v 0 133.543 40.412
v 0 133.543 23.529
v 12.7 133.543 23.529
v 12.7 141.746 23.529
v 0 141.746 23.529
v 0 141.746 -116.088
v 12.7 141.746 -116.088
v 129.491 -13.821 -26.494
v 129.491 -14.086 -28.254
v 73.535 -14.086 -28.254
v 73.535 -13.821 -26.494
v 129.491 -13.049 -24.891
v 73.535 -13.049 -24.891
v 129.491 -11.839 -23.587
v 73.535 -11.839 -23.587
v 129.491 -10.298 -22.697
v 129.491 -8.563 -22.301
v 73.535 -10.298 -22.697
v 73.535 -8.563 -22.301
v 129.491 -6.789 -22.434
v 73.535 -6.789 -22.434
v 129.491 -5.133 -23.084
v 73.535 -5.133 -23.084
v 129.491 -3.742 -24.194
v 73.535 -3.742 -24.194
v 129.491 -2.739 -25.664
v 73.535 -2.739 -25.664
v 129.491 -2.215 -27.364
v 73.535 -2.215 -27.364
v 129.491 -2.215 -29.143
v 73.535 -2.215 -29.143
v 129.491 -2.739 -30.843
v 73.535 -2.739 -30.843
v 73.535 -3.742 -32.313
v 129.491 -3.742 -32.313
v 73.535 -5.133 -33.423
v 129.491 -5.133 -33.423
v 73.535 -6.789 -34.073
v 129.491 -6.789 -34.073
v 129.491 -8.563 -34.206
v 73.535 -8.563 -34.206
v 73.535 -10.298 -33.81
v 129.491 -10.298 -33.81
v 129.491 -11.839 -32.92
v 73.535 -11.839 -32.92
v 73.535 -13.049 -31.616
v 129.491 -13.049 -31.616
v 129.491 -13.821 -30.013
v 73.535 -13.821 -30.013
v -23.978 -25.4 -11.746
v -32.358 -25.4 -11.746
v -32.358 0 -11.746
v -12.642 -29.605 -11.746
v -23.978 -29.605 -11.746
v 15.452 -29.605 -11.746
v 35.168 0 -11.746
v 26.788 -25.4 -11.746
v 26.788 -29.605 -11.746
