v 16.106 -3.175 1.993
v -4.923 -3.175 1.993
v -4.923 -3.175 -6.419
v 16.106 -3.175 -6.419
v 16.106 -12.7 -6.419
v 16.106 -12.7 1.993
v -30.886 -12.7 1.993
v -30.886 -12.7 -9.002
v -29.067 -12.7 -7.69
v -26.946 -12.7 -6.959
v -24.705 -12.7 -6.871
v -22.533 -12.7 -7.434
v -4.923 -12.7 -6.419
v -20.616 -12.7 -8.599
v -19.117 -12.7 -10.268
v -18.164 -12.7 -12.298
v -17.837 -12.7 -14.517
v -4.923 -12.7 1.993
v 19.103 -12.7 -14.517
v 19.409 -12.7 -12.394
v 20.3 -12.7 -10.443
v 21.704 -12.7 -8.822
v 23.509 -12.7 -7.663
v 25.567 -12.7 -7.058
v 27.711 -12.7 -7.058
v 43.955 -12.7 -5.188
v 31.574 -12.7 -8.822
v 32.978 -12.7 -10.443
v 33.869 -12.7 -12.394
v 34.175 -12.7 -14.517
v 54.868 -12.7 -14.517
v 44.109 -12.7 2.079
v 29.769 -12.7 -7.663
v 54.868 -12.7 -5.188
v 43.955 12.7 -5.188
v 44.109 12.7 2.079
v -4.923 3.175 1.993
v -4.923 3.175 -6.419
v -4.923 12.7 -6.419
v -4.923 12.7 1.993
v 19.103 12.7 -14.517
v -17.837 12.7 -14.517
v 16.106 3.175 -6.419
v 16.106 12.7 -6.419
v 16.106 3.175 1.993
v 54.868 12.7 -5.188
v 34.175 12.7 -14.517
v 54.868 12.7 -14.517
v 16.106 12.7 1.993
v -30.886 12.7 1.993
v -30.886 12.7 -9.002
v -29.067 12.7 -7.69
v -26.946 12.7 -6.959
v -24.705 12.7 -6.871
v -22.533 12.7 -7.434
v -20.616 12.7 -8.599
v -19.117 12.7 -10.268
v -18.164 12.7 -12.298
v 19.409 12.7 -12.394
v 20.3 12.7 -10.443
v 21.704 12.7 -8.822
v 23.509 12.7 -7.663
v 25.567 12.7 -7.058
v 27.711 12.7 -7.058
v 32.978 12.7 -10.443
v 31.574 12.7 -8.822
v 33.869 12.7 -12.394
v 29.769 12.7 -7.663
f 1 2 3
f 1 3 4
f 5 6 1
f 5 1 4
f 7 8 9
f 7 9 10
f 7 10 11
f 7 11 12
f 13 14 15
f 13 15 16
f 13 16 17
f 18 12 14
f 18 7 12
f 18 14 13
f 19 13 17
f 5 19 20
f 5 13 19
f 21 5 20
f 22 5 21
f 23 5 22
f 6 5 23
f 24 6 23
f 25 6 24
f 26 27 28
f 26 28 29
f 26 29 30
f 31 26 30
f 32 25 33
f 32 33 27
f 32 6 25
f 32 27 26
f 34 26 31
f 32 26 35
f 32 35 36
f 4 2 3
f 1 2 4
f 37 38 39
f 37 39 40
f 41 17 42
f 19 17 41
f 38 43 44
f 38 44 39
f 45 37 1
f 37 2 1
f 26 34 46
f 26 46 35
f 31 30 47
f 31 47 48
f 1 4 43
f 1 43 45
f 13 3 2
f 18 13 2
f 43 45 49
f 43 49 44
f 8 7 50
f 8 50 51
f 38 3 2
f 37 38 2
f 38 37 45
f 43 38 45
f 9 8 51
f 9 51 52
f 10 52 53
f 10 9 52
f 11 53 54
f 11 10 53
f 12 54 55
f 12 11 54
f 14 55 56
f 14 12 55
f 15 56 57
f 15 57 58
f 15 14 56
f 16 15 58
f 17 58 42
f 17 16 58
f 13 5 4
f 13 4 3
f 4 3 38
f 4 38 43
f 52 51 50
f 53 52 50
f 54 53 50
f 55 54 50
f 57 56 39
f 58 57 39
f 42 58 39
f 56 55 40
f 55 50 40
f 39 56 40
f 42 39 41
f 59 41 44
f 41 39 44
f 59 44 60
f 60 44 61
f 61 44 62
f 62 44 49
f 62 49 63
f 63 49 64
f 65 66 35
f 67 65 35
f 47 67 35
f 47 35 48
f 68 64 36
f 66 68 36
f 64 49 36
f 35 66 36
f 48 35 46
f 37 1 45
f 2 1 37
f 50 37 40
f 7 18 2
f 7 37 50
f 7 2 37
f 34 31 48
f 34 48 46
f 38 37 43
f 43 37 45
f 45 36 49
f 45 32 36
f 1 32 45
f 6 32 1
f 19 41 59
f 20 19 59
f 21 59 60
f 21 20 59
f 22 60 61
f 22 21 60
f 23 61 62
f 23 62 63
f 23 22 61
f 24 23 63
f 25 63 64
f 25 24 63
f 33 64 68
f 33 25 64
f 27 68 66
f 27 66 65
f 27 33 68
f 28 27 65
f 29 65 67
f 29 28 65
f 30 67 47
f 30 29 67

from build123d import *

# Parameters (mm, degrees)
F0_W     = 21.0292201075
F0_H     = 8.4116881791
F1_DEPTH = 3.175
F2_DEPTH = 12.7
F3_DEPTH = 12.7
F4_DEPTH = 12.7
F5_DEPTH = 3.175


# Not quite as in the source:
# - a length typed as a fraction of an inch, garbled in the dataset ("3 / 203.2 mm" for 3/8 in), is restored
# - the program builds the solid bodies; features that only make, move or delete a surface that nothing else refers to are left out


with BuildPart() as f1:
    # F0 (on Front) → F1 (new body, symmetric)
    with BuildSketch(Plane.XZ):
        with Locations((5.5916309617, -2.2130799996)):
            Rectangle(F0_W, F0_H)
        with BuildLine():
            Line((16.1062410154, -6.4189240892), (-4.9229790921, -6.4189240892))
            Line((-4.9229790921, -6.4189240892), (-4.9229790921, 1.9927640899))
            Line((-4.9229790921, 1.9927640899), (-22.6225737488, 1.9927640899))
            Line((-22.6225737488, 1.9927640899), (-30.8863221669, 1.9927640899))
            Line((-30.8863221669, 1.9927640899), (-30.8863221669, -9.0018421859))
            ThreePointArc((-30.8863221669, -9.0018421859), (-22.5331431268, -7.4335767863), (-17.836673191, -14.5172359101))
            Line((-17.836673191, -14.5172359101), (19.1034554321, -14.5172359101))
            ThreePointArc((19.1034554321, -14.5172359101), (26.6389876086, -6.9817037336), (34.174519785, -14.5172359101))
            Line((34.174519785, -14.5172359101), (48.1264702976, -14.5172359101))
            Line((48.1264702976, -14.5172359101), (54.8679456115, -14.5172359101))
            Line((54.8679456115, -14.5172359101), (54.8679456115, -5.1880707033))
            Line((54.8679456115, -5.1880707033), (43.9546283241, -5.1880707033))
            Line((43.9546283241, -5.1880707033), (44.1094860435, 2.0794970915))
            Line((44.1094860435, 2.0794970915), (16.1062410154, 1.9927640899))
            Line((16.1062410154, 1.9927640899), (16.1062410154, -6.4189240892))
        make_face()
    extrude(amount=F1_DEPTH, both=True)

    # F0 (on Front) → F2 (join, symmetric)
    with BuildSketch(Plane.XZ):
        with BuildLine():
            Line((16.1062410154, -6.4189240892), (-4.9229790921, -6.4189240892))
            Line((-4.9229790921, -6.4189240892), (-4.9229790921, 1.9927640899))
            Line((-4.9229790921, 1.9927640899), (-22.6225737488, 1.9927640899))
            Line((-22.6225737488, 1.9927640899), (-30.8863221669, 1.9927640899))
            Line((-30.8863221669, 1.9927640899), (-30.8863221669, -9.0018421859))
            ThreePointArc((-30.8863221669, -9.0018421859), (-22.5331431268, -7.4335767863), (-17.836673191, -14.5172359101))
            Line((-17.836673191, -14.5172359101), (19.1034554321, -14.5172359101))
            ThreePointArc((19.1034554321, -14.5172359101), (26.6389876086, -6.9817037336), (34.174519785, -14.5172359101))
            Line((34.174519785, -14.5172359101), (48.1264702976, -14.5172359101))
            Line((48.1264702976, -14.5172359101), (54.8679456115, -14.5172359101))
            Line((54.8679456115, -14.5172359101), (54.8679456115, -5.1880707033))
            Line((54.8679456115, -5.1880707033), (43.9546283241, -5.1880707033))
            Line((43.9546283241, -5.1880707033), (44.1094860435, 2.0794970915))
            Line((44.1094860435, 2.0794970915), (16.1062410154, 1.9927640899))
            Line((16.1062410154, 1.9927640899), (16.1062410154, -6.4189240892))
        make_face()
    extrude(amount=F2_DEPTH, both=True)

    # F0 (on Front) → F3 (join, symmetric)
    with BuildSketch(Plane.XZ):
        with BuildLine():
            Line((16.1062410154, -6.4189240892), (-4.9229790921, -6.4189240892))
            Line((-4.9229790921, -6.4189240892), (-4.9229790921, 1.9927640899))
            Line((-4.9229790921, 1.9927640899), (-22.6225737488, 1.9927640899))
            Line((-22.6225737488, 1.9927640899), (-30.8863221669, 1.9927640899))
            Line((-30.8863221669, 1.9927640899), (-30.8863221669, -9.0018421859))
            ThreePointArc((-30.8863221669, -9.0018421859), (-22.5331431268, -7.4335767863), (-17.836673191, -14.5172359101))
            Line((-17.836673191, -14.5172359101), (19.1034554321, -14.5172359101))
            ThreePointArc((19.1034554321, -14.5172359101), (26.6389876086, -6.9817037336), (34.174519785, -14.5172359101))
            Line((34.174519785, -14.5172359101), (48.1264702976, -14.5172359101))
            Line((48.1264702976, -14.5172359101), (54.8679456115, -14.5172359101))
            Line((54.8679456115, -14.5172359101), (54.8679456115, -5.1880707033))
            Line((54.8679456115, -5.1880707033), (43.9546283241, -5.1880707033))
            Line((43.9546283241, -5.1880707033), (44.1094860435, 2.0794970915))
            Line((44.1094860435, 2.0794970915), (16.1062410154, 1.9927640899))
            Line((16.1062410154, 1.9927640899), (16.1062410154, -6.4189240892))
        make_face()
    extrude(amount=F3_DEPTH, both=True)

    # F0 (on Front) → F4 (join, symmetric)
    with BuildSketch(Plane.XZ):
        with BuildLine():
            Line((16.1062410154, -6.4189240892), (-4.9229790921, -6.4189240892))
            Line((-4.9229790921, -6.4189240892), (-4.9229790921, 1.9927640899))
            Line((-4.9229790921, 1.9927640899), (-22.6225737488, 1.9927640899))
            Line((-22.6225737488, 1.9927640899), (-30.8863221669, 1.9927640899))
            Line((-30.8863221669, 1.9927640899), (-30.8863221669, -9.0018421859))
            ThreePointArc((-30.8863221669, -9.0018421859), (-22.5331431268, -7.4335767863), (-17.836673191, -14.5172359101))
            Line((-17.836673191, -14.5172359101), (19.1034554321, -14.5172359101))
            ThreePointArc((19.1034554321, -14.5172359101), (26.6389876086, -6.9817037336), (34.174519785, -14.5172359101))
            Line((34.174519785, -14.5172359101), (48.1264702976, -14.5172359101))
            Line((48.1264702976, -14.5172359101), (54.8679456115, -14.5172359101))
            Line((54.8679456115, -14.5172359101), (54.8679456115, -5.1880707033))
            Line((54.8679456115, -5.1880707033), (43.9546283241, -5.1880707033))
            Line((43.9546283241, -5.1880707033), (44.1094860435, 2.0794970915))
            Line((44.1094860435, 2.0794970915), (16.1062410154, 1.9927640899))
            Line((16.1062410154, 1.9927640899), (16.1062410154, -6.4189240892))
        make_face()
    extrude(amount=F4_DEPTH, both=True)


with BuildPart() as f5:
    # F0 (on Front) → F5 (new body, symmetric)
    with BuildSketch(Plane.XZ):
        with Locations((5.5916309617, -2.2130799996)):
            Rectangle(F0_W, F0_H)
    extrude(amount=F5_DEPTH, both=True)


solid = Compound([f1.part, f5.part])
...
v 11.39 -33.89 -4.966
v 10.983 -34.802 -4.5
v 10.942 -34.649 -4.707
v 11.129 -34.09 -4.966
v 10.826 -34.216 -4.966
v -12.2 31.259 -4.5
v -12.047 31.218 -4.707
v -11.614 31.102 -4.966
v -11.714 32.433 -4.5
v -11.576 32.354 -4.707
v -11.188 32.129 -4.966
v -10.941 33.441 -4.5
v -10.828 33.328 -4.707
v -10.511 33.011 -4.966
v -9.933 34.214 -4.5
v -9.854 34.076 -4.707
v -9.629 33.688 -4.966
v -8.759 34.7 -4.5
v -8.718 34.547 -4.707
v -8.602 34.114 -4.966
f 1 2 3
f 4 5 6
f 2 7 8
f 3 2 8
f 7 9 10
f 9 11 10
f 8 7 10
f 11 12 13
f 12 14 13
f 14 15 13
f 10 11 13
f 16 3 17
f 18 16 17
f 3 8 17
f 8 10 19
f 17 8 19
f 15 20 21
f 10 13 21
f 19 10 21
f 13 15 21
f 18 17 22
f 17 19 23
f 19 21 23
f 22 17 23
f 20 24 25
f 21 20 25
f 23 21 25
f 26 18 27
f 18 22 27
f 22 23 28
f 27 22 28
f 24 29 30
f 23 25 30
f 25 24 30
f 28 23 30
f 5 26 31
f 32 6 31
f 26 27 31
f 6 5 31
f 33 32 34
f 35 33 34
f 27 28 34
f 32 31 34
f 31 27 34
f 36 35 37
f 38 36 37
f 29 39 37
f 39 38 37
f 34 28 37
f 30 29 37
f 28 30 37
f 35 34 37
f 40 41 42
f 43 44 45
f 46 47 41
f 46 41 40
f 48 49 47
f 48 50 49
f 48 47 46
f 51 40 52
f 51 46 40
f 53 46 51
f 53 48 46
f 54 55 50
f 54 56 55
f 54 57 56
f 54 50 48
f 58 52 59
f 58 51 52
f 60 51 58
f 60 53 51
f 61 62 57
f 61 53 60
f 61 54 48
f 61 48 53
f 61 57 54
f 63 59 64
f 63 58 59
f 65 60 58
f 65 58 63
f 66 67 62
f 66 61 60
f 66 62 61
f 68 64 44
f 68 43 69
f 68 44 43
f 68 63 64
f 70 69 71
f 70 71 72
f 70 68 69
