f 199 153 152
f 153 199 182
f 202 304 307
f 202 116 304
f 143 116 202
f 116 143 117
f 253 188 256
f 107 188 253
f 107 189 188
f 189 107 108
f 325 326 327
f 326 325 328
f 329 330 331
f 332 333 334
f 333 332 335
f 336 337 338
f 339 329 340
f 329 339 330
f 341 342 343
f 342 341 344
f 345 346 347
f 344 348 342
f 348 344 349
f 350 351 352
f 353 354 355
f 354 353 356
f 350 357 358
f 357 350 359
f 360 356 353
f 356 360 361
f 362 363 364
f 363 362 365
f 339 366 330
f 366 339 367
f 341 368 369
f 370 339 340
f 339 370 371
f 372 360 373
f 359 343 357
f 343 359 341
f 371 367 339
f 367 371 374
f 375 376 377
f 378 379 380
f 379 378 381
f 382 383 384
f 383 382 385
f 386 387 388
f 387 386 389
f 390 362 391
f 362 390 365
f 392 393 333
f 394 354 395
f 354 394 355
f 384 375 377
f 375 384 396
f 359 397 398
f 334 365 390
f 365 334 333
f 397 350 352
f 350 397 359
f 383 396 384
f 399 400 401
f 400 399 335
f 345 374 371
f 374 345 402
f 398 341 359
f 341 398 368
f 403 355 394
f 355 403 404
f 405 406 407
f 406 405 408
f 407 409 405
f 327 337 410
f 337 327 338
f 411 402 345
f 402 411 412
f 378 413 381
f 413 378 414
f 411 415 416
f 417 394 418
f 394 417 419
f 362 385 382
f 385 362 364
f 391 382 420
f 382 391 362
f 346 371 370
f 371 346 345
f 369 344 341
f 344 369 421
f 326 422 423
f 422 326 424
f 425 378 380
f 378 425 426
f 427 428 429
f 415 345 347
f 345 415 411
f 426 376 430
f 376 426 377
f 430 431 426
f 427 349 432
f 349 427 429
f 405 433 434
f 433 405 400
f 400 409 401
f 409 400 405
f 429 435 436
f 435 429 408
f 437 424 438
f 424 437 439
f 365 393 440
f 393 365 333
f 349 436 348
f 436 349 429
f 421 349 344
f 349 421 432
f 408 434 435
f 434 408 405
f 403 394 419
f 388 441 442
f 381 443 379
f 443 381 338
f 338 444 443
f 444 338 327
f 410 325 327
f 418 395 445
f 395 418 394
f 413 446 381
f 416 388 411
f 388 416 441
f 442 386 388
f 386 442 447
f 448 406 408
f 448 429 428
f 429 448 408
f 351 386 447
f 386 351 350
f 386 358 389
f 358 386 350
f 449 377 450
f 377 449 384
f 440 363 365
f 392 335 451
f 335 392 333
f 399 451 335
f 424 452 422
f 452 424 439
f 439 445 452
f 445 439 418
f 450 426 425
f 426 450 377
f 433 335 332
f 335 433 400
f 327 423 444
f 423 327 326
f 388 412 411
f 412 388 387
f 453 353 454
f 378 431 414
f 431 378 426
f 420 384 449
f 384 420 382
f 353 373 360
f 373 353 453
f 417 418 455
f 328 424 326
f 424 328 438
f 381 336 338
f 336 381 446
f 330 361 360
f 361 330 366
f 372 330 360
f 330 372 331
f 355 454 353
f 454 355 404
* * *
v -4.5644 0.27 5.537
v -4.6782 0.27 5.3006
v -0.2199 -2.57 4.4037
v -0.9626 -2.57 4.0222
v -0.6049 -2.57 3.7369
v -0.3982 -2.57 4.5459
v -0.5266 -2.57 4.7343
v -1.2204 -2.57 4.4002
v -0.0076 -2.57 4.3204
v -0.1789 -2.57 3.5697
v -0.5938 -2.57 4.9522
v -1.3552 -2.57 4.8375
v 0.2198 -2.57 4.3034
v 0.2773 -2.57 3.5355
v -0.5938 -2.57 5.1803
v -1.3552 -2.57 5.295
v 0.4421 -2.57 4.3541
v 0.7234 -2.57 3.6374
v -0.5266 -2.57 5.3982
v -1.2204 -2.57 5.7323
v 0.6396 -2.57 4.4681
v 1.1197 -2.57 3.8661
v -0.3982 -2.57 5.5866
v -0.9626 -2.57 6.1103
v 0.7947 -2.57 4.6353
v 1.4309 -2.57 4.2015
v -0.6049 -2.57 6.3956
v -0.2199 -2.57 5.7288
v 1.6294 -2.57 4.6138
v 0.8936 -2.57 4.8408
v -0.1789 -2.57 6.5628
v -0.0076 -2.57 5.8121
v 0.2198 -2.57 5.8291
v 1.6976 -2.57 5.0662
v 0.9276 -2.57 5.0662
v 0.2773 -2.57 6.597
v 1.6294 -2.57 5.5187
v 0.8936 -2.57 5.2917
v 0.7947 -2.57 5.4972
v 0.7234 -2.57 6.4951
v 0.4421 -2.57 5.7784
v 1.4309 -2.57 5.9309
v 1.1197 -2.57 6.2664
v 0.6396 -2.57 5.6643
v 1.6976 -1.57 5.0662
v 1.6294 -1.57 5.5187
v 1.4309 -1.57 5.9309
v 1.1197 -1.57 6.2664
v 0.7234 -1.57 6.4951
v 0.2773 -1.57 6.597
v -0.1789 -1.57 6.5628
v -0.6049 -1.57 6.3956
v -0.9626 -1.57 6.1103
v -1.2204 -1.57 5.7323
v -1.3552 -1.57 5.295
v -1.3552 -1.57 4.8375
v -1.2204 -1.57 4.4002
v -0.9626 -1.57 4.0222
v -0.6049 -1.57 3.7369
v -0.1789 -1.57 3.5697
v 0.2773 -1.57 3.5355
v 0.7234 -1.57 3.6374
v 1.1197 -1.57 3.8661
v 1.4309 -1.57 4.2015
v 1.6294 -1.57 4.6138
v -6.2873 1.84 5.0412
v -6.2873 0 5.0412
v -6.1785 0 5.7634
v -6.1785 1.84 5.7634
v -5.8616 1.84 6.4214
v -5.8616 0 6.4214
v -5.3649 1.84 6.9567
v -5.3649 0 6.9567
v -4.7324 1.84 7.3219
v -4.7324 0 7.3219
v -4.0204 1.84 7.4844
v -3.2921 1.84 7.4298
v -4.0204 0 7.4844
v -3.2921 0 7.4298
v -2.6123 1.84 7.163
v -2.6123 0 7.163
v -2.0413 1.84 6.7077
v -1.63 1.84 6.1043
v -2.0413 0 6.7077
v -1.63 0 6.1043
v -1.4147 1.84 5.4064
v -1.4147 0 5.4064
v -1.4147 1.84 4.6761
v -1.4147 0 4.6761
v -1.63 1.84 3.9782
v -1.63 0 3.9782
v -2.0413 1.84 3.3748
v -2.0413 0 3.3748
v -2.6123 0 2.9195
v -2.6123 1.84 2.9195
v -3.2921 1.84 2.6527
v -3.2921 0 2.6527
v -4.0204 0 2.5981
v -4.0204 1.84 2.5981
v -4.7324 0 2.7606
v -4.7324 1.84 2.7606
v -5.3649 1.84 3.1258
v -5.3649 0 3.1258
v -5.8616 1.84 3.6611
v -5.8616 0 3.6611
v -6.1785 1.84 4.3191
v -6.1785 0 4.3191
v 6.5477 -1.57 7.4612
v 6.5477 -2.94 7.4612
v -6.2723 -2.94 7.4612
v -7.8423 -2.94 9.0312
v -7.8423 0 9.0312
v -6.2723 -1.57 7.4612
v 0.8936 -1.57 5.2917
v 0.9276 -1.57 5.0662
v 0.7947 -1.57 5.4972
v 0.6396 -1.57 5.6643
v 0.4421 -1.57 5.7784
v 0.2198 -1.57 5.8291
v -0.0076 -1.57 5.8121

WORK ORDER:
Go through the listing above and write out exactly the lines starting with the one holding "f 448 429 428" and running through the one holding "f 330 361 360", ends included, and no others.

SOLUTION TO THIS TASK:
f 448 429 428
f 429 448 408
f 351 386 447
f 386 351 350
f 386 358 389
f 358 386 350
f 449 377 450
f 377 449 384
f 440 363 365
f 392 335 451
f 335 392 333
f 399 451 335
f 424 452 422
f 452 424 439
f 439 445 452
f 445 439 418
f 450 426 425
f 426 450 377
f 433 335 332
f 335 433 400
f 327 423 444
f 423 327 326
f 388 412 411
f 412 388 387
f 453 353 454
f 378 431 414
f 431 378 426
f 420 384 449
f 384 420 382
f 353 373 360
f 373 353 453
f 417 418 455
f 328 424 326
f 424 328 438
f 381 336 338
f 336 381 446
f 330 361 360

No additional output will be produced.